• [PROMPT]: Which lines below fall between the one containing "extrude(amount=-F18_DEPTH, mode=Mode.SUBTRACT)" and the one containing "The same part"? Repeat them exactly, counting both of those lines, and add nothing else.

• [INFORMATION SHOWN]:
────────────────────

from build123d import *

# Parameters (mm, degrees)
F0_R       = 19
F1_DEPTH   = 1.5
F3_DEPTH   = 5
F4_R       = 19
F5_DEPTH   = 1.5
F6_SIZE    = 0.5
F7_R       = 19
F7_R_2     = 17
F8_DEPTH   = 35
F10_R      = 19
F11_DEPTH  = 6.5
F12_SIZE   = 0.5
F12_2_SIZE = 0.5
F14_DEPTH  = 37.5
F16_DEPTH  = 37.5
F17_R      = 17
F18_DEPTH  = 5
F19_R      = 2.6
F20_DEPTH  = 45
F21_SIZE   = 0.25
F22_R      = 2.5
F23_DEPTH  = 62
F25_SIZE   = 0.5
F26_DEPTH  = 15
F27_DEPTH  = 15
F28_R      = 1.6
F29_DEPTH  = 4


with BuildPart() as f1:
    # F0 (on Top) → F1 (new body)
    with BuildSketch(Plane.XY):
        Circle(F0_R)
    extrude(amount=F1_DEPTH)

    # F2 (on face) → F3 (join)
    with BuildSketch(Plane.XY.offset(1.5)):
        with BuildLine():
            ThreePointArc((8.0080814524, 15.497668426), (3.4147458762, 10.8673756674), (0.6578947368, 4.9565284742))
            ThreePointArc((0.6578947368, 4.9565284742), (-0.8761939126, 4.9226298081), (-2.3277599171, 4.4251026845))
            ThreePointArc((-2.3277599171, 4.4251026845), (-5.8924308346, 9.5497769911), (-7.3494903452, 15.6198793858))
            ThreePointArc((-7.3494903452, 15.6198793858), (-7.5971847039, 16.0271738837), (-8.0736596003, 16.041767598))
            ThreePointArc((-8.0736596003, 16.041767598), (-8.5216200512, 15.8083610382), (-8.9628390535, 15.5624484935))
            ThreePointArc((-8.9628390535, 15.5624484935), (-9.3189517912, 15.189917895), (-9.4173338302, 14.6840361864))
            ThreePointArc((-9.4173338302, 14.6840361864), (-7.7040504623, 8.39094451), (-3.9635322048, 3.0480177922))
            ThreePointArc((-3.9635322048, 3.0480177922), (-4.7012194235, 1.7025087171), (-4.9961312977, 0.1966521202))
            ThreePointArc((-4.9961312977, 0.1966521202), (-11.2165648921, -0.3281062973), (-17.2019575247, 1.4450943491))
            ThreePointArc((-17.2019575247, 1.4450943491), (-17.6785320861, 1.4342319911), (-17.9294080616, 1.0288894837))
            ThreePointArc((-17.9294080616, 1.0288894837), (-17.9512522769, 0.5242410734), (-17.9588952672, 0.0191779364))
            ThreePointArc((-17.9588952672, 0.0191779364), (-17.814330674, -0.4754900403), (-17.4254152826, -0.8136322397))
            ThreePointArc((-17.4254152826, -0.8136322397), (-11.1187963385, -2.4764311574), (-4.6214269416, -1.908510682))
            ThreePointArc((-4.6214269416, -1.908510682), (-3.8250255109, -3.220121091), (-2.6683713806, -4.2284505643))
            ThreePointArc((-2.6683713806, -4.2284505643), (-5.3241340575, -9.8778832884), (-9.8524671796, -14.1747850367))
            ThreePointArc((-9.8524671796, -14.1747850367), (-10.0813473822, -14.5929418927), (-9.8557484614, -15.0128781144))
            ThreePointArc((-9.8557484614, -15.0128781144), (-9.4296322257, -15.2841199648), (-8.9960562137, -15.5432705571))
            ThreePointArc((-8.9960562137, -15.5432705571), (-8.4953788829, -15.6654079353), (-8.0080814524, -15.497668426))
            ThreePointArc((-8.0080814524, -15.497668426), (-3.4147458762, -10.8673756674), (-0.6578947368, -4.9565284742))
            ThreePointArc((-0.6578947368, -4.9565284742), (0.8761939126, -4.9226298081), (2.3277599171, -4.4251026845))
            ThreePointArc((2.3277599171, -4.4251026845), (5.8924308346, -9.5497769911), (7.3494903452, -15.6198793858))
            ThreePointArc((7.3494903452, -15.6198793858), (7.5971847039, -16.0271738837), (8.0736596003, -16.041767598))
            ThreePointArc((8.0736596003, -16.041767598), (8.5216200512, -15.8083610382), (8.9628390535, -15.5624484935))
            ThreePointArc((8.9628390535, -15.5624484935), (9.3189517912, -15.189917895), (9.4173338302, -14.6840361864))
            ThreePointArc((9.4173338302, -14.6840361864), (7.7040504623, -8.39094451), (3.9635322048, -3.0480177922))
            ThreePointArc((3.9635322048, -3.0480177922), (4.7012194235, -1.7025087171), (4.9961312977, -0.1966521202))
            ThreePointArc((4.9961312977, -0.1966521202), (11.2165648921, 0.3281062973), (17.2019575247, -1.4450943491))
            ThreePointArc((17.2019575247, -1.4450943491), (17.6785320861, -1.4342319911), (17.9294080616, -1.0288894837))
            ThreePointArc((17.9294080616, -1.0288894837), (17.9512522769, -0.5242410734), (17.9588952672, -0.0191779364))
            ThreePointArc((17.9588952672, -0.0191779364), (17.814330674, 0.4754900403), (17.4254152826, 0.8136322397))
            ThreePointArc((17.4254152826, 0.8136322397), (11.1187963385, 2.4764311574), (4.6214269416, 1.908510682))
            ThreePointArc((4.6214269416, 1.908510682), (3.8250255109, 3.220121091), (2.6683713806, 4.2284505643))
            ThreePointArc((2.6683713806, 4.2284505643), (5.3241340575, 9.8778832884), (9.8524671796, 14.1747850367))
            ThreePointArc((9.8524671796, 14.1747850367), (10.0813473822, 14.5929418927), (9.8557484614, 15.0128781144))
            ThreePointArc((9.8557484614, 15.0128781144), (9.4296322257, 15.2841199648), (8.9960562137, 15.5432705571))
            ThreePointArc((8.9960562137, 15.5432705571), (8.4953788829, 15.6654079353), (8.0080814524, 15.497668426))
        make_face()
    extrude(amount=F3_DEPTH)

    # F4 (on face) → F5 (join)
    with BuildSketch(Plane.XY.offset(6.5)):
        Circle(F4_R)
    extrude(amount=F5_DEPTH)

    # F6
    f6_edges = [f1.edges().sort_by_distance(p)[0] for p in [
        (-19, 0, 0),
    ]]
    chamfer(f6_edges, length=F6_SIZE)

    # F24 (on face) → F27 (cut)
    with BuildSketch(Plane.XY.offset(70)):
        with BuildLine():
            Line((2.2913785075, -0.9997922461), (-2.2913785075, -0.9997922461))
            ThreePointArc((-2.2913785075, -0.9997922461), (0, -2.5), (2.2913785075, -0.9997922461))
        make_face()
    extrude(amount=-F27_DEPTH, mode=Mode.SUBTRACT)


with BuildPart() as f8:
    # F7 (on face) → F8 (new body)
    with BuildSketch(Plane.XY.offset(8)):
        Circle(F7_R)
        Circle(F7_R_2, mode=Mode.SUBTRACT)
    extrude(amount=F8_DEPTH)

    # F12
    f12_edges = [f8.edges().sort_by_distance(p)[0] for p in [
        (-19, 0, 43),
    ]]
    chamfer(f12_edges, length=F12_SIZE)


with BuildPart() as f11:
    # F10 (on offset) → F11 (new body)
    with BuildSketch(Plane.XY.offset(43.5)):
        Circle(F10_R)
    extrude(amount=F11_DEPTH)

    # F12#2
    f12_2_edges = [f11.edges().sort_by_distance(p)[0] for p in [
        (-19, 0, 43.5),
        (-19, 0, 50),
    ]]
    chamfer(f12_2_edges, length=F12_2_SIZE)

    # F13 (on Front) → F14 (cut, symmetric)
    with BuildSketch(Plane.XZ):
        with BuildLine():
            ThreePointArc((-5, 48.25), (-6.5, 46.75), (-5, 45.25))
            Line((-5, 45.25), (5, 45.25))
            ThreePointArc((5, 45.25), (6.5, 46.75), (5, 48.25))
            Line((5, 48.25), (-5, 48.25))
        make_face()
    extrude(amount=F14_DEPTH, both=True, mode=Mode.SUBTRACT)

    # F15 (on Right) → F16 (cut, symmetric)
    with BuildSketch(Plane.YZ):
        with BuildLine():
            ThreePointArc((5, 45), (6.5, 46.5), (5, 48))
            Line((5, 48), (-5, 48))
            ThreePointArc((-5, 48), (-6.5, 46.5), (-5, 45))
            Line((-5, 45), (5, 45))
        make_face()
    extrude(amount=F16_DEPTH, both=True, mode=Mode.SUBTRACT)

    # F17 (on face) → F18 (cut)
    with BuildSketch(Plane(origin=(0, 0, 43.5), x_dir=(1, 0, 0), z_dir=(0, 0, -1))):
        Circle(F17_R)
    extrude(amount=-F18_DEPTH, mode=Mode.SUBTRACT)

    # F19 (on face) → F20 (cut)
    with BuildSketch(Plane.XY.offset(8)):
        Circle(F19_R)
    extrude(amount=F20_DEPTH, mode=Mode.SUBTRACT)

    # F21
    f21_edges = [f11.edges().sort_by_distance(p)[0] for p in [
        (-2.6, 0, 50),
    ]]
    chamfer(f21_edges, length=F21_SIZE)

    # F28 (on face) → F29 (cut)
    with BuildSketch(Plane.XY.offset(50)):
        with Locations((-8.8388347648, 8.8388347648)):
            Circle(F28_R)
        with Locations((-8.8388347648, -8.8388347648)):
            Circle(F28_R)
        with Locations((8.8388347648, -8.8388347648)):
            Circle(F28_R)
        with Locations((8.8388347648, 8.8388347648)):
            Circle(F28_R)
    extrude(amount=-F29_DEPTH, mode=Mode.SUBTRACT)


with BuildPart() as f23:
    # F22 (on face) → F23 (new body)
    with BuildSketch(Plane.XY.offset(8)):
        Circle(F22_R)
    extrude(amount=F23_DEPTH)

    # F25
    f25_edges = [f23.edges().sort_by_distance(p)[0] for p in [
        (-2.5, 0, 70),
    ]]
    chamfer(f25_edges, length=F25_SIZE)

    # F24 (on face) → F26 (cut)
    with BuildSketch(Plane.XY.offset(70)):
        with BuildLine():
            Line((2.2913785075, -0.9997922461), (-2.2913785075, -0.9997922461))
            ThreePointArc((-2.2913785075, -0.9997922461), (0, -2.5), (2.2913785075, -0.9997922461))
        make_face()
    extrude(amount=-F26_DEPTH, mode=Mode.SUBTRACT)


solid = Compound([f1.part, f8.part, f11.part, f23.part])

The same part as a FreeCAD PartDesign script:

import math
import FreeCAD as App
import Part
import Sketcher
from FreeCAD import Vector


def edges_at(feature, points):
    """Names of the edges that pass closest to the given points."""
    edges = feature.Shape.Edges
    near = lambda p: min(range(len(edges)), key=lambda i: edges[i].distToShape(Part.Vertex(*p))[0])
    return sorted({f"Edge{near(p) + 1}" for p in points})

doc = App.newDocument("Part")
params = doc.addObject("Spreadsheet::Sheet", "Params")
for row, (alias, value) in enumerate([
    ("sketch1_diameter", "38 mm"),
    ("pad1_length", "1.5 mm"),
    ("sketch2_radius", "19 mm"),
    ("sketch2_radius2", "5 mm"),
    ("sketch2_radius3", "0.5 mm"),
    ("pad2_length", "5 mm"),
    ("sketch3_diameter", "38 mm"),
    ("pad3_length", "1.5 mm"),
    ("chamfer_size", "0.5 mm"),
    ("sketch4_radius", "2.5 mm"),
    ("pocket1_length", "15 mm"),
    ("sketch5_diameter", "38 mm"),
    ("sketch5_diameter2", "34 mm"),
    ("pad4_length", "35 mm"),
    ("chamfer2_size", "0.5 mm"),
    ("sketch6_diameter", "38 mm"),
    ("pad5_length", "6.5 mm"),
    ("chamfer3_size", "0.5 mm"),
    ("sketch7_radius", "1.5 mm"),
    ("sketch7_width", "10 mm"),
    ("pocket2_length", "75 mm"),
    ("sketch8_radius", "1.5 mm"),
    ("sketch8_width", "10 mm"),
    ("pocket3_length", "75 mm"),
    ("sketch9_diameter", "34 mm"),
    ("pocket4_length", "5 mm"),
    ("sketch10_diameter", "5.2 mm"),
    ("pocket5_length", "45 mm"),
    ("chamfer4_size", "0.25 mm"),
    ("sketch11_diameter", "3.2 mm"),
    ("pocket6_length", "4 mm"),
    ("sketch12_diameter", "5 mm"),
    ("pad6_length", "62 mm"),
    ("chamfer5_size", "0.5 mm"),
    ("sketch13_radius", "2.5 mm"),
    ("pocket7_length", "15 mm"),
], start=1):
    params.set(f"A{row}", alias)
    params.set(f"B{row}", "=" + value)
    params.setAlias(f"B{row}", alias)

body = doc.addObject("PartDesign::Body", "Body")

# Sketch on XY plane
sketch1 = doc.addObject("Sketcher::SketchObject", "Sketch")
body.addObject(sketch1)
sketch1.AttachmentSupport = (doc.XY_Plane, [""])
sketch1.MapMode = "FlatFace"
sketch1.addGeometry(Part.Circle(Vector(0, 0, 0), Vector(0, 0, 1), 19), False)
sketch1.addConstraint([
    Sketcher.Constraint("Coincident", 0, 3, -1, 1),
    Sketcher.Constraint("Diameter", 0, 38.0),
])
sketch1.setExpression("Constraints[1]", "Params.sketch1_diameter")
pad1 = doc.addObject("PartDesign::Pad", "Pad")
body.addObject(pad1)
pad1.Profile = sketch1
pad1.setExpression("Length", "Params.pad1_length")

────────────────────

• [TASK OUTPUT]:
    extrude(amount=-F18_DEPTH, mode=Mode.SUBTRACT)

    # F19 (on face) → F20 (cut)
    with BuildSketch(Plane.XY.offset(8)):
        Circle(F19_R)
    extrude(amount=F20_DEPTH, mode=Mode.SUBTRACT)

    # F21
    f21_edges = [f11.edges().sort_by_distance(p)[0] for p in [
        (-2.6, 0, 50),
    ]]
    chamfer(f21_edges, length=F21_SIZE)

    # F28 (on face) → F29 (cut)
    with BuildSketch(Plane.XY.offset(50)):
        with Locations((-8.8388347648, 8.8388347648)):
            Circle(F28_R)
        with Locations((-8.8388347648, -8.8388347648)):
            Circle(F28_R)
        with Locations((8.8388347648, -8.8388347648)):
            Circle(F28_R)
        with Locations((8.8388347648, 8.8388347648)):
            Circle(F28_R)
    extrude(amount=-F29_DEPTH, mode=Mode.SUBTRACT)


with BuildPart() as f23:
    # F22 (on face) → F23 (new body)
    with BuildSketch(Plane.XY.offset(8)):
        Circle(F22_R)
    extrude(amount=F23_DEPTH)

    # F25
    f25_edges = [f23.edges().sort_by_distance(p)[0] for p in [
        (-2.5, 0, 70),
    ]]
    chamfer(f25_edges, length=F25_SIZE)

    # F24 (on face) → F26 (cut)
    with BuildSketch(Plane.XY.offset(70)):
        with BuildLine():
            Line((2.2913785075, -0.9997922461), (-2.2913785075, -0.9997922461))
            ThreePointArc((-2.2913785075, -0.9997922461), (0, -2.5), (2.2913785075, -0.9997922461))
        make_face()
    extrude(amount=-F26_DEPTH, mode=Mode.SUBTRACT)


solid = Compound([f1.part, f8.part, f11.part, f23.part])

The same part as a FreeCAD PartDesign script:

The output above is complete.